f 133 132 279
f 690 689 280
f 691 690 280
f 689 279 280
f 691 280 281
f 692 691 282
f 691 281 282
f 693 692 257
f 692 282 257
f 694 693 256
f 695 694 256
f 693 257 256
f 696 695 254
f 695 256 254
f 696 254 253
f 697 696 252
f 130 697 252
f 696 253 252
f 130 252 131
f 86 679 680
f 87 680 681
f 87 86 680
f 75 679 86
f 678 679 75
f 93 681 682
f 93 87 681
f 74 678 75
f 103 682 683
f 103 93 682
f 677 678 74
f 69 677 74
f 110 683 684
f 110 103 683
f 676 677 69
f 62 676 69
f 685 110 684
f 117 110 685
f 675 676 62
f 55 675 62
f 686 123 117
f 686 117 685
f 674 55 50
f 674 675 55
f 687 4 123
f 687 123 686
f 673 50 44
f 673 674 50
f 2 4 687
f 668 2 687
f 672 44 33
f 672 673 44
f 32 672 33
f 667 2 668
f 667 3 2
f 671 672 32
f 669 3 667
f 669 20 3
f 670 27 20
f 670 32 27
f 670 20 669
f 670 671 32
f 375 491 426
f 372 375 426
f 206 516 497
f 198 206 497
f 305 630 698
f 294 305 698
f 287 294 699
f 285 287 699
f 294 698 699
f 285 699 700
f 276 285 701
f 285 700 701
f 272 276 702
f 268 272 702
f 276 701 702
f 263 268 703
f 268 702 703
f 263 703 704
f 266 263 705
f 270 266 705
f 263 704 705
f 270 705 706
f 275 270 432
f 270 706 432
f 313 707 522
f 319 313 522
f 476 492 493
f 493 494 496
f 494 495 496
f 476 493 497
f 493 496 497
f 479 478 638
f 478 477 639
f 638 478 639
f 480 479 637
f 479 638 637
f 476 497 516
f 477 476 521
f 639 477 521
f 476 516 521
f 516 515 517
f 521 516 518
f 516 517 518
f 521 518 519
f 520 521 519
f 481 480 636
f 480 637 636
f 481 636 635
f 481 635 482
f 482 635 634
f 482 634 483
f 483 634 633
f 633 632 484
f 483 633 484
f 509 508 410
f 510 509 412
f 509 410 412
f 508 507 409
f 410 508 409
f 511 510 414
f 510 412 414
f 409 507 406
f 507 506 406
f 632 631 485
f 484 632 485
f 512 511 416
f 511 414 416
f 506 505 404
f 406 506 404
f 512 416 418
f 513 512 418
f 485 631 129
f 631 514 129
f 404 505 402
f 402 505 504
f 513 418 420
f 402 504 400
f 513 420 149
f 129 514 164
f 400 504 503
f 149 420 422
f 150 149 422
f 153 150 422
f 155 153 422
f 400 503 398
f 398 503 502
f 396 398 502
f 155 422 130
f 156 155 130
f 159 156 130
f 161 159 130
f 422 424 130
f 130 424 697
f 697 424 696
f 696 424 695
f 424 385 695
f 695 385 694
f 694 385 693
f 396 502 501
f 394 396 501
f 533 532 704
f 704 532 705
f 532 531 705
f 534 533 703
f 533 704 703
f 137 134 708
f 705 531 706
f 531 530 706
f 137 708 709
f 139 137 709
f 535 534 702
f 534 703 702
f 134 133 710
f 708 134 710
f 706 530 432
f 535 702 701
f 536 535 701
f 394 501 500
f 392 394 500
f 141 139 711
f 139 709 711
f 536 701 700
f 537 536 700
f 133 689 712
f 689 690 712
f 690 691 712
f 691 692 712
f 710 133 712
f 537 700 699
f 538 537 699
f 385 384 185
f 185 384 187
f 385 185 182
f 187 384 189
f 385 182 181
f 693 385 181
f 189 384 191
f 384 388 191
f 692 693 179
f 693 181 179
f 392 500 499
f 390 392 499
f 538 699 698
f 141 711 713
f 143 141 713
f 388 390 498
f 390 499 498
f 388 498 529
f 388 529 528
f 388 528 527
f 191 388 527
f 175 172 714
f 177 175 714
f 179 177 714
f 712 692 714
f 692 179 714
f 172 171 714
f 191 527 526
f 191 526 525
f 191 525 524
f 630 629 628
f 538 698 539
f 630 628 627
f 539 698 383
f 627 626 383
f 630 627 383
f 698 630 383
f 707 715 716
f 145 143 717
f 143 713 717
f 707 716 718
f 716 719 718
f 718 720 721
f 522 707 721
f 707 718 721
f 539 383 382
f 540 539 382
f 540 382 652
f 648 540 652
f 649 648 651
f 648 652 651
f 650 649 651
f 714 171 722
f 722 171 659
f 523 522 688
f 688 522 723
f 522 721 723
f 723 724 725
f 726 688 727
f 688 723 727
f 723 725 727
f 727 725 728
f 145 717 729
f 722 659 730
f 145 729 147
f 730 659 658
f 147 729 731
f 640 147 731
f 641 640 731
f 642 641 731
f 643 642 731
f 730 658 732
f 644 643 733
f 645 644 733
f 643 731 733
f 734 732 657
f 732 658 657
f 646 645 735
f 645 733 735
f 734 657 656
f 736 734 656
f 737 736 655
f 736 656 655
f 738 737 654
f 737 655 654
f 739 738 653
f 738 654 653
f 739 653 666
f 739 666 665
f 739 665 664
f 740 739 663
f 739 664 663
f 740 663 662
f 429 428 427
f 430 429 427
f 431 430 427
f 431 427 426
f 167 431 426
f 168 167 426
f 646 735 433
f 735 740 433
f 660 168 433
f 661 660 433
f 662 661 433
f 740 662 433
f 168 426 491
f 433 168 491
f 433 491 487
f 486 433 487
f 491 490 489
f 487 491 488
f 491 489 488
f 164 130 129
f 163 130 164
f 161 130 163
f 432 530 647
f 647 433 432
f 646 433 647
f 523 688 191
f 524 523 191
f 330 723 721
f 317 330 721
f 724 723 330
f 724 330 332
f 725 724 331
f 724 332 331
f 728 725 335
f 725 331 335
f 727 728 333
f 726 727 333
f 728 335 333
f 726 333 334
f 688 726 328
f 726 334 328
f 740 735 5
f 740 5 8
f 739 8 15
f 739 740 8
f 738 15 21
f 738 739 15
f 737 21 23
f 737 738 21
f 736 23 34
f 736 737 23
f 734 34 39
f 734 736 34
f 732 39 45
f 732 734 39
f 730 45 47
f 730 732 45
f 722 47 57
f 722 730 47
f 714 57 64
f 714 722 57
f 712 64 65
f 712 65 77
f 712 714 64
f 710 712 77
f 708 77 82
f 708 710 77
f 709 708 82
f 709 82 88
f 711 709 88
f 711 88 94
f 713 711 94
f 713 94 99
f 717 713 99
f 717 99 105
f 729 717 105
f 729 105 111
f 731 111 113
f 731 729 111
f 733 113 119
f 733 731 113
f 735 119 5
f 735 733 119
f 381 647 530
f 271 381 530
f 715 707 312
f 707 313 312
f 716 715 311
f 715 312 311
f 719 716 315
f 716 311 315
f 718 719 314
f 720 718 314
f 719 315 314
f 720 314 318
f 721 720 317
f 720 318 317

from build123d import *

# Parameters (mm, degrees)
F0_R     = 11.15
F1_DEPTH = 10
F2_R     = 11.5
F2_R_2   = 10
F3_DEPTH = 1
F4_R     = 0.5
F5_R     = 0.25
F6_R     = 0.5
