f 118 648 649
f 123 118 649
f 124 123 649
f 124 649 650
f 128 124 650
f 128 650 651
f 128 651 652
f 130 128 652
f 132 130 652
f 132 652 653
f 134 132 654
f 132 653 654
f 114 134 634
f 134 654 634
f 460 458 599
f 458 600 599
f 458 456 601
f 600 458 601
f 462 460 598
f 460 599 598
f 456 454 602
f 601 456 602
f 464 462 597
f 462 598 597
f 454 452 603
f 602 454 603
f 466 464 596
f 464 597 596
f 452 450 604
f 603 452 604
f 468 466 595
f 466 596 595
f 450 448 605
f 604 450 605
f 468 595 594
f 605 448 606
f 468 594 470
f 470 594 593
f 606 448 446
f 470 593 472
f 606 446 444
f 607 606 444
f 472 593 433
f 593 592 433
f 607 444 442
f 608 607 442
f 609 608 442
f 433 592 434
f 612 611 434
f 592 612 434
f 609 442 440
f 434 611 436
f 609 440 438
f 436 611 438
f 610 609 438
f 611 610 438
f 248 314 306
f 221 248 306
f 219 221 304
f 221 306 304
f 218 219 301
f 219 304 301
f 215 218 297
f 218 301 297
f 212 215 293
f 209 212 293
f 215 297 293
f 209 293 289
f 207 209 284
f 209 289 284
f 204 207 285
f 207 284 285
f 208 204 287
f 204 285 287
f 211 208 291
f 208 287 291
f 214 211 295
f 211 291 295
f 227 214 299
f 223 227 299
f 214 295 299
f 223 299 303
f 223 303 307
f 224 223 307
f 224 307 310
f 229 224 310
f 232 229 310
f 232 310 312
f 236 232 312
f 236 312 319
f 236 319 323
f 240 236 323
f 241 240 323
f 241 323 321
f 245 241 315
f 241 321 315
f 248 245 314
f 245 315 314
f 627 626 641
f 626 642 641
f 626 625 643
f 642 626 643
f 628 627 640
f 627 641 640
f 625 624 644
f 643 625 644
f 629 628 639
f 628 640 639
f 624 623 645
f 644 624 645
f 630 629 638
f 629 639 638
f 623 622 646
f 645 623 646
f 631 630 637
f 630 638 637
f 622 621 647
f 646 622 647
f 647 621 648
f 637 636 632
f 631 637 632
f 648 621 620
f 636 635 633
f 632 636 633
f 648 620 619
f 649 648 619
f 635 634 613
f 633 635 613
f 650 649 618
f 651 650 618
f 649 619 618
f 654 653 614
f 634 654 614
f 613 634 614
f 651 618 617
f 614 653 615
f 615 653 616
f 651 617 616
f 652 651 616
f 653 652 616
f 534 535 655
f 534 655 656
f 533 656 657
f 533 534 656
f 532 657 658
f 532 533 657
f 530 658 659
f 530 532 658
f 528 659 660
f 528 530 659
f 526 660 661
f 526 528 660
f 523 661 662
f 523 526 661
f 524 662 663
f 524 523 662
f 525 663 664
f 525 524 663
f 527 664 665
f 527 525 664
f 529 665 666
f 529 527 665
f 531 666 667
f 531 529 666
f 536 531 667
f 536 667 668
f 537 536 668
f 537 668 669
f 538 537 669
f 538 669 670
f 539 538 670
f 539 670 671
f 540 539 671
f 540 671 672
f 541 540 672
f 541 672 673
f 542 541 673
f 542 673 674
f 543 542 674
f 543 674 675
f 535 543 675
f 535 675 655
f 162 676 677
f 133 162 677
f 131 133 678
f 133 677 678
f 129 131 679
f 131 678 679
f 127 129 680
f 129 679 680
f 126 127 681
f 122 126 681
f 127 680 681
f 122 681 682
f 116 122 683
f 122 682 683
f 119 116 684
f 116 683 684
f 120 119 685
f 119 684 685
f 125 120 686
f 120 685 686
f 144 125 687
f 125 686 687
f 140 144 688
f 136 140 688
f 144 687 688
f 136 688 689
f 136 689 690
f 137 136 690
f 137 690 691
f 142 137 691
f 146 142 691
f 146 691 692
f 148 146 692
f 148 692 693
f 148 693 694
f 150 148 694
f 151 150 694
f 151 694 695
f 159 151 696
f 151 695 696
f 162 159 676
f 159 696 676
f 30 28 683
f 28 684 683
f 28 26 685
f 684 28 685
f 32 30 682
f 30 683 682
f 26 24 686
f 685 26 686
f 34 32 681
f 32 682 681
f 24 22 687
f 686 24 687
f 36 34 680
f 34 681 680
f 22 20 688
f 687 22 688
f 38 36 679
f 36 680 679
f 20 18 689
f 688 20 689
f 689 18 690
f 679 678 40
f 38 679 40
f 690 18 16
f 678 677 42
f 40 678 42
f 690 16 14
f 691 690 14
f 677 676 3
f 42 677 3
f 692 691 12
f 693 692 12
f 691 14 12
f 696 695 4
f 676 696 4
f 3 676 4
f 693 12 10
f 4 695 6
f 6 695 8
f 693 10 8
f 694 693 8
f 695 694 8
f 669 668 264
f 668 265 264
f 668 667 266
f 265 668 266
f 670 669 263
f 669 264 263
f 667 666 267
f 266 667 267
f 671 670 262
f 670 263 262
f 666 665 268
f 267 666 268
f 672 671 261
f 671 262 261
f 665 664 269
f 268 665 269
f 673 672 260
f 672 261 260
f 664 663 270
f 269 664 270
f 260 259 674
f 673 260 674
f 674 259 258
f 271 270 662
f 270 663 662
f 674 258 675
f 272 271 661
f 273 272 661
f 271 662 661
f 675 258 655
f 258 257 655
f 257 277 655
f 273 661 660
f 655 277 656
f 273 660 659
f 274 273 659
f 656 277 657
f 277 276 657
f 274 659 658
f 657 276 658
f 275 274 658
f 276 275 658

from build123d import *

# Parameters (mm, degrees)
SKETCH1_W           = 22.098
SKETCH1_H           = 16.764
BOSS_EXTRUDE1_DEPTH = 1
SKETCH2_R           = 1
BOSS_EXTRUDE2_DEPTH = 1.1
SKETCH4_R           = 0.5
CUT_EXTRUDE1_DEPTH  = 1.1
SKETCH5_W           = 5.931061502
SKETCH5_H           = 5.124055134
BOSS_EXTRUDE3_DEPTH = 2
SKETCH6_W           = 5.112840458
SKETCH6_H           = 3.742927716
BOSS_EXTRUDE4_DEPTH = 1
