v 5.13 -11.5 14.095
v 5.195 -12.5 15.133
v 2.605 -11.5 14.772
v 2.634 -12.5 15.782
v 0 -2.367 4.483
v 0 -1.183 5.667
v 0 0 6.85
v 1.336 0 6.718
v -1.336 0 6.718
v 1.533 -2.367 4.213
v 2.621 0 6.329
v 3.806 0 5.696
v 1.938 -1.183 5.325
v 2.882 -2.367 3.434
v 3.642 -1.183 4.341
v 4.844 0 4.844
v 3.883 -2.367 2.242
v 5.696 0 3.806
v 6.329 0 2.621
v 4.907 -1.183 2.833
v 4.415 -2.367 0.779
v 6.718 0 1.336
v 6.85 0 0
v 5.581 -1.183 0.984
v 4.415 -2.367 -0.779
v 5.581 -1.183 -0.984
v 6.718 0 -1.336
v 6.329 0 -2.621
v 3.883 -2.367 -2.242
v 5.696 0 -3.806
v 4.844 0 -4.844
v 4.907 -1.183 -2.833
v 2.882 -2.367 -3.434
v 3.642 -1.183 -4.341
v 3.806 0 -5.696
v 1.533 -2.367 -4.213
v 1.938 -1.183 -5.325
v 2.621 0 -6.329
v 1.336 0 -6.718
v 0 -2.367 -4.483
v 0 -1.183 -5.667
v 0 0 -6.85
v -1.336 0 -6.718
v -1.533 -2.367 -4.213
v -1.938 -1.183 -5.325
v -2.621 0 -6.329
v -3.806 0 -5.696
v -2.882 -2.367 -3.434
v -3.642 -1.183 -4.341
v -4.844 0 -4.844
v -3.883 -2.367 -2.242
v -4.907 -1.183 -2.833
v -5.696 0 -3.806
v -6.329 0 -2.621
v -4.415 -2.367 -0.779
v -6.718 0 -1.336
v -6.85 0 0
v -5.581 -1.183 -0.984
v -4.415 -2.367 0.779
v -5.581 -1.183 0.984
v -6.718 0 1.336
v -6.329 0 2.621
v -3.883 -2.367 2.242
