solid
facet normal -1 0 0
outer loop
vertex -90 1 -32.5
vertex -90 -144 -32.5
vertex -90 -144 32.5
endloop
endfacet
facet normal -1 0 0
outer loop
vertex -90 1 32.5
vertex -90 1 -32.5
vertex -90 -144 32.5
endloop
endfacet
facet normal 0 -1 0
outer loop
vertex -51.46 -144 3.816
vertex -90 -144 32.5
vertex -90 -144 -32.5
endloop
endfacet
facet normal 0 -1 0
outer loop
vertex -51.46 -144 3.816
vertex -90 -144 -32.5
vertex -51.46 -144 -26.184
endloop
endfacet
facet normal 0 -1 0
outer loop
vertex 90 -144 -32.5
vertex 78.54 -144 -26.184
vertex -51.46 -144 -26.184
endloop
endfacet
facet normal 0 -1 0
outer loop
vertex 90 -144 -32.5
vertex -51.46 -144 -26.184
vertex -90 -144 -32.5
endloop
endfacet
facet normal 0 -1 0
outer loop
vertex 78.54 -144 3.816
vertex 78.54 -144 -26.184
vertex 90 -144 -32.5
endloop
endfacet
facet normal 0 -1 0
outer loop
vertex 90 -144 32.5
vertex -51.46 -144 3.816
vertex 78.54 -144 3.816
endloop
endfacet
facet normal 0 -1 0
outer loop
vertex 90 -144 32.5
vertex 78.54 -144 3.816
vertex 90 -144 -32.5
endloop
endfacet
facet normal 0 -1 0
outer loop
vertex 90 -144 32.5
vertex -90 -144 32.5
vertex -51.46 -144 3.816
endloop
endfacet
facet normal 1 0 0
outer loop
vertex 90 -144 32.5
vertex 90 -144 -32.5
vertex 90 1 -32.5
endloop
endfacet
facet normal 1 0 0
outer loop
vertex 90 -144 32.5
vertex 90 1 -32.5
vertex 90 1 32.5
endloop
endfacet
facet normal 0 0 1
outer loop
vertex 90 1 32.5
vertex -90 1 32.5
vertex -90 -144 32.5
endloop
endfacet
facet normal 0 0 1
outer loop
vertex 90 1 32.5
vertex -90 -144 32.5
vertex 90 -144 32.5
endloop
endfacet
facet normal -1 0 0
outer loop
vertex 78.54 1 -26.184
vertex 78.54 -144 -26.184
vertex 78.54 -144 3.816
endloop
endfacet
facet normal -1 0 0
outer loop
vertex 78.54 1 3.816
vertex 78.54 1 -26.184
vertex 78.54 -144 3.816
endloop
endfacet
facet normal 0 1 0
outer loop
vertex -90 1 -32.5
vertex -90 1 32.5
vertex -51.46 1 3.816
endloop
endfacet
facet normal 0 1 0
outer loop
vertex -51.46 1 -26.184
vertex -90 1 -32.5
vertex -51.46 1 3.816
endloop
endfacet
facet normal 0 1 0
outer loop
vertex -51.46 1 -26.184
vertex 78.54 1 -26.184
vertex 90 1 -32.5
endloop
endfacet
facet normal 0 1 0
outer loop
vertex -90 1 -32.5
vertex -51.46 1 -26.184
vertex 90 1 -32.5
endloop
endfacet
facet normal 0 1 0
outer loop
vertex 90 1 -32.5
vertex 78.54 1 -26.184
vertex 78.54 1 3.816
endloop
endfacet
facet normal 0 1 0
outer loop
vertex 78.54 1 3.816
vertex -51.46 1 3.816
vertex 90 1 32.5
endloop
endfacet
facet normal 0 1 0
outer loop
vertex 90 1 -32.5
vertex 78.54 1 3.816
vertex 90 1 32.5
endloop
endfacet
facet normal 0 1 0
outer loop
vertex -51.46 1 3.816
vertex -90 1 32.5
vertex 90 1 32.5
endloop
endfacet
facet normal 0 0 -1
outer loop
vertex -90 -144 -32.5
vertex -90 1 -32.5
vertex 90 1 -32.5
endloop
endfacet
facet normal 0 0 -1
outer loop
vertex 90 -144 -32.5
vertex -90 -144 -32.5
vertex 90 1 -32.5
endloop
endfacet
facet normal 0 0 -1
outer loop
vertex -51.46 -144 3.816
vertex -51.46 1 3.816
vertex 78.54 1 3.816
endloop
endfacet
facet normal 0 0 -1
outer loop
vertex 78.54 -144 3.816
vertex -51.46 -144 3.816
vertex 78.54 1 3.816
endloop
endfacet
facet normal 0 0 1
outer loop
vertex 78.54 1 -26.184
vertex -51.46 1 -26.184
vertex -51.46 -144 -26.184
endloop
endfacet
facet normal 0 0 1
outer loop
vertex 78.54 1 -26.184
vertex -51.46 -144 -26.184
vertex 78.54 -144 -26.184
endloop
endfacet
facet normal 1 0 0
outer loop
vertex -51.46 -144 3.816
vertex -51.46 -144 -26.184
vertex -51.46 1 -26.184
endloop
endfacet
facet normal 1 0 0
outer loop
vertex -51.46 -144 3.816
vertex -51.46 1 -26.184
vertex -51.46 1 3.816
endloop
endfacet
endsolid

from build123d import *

# Parameters (mm, degrees)
SKETCH003_W  = 130
SKETCH003_H  = 30
PAD003_DEPTH = 150
SKETCH002_W  = 180
SKETCH002_H  = 65
PAD002_DEPTH = 145


with BuildPart() as body002:
    # Sketch003 → Pad003 (new body)
    with BuildSketch(Plane.XZ):
        with Locations((13.539826, -11.184382)):
            Rectangle(SKETCH003_W, SKETCH003_H)
    extrude(amount=PAD003_DEPTH)


with BuildPart() as body002_1:
    # Body002 placement: moved
    add(body002.part.moved(Location((0, 2, 0))))


with BuildPart() as cut:
    # Sketch002 → Pad002 (new body)
    with BuildSketch(Plane.XZ):
        Rectangle(SKETCH002_W, SKETCH002_H)
    extrude(amount=PAD002_DEPTH)

    # Cut: cut Body002
    add(body002_1.part, mode=Mode.SUBTRACT)


with BuildPart() as cut_1:
    # Cut placement: moved
    add(cut.part.moved(Location((0, 1, 0))))


solid = cut_1.part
● ● ● ● ●
Referring to the material above, set down exactly the lines between the line with "f 673 50 44" and the line with "f 134 133 710", inclusive, and no other lines.

f 673 50 44
f 673 674 50
f 2 4 687
f 668 2 687
f 672 44 33
f 672 673 44
f 32 672 33
f 667 2 668
f 667 3 2
f 671 672 32
f 669 3 667
f 669 20 3
f 670 27 20
f 670 32 27
f 670 20 669
f 670 671 32
f 375 491 426
f 372 375 426
f 206 516 497
f 198 206 497
f 305 630 698
f 294 305 698
f 287 294 699
f 285 287 699
f 294 698 699
f 285 699 700
f 276 285 701
f 285 700 701
f 272 276 702
f 268 272 702
f 276 701 702
f 263 268 703
f 268 702 703
f 263 703 704
f 266 263 705
f 270 266 705
f 263 704 705
f 270 705 706
f 275 270 432
f 270 706 432
f 313 707 522
f 319 313 522
f 476 492 493
f 493 494 496
f 494 495 496
f 476 493 497
f 493 496 497
f 479 478 638
f 478 477 639
f 638 478 639
f 480 479 637
f 479 638 637
f 476 497 516
f 477 476 521
f 639 477 521
f 476 516 521
f 516 515 517
f 521 516 518
f 516 517 518
f 521 518 519
f 520 521 519
f 481 480 636
f 480 637 636
f 481 636 635
f 481 635 482
f 482 635 634
f 482 634 483
f 483 634 633
f 633 632 484
f 483 633 484
f 509 508 410
f 510 509 412
f 509 410 412
f 508 507 409
f 410 508 409
f 511 510 414
f 510 412 414
f 409 507 406
f 507 506 406
f 632 631 485
f 484 632 485
f 512 511 416
f 511 414 416
f 506 505 404
f 406 506 404
f 512 416 418
f 513 512 418
f 485 631 129
f 631 514 129
f 404 505 402
f 402 505 504
f 513 418 420
f 402 504 400
f 513 420 149
f 129 514 164
f 400 504 503
f 149 420 422
f 150 149 422
f 153 150 422
f 155 153 422
f 400 503 398
f 398 503 502
f 396 398 502
f 155 422 130
f 156 155 130
f 159 156 130
f 161 159 130
f 422 424 130
f 130 424 697
f 697 424 696
f 696 424 695
f 424 385 695
f 695 385 694
f 694 385 693
f 396 502 501
f 394 396 501
f 533 532 704
f 704 532 705
f 532 531 705
f 534 533 703
f 533 704 703
f 137 134 708
f 705 531 706
f 531 530 706
f 137 708 709
f 139 137 709
f 535 534 702
f 534 703 702
f 134 133 710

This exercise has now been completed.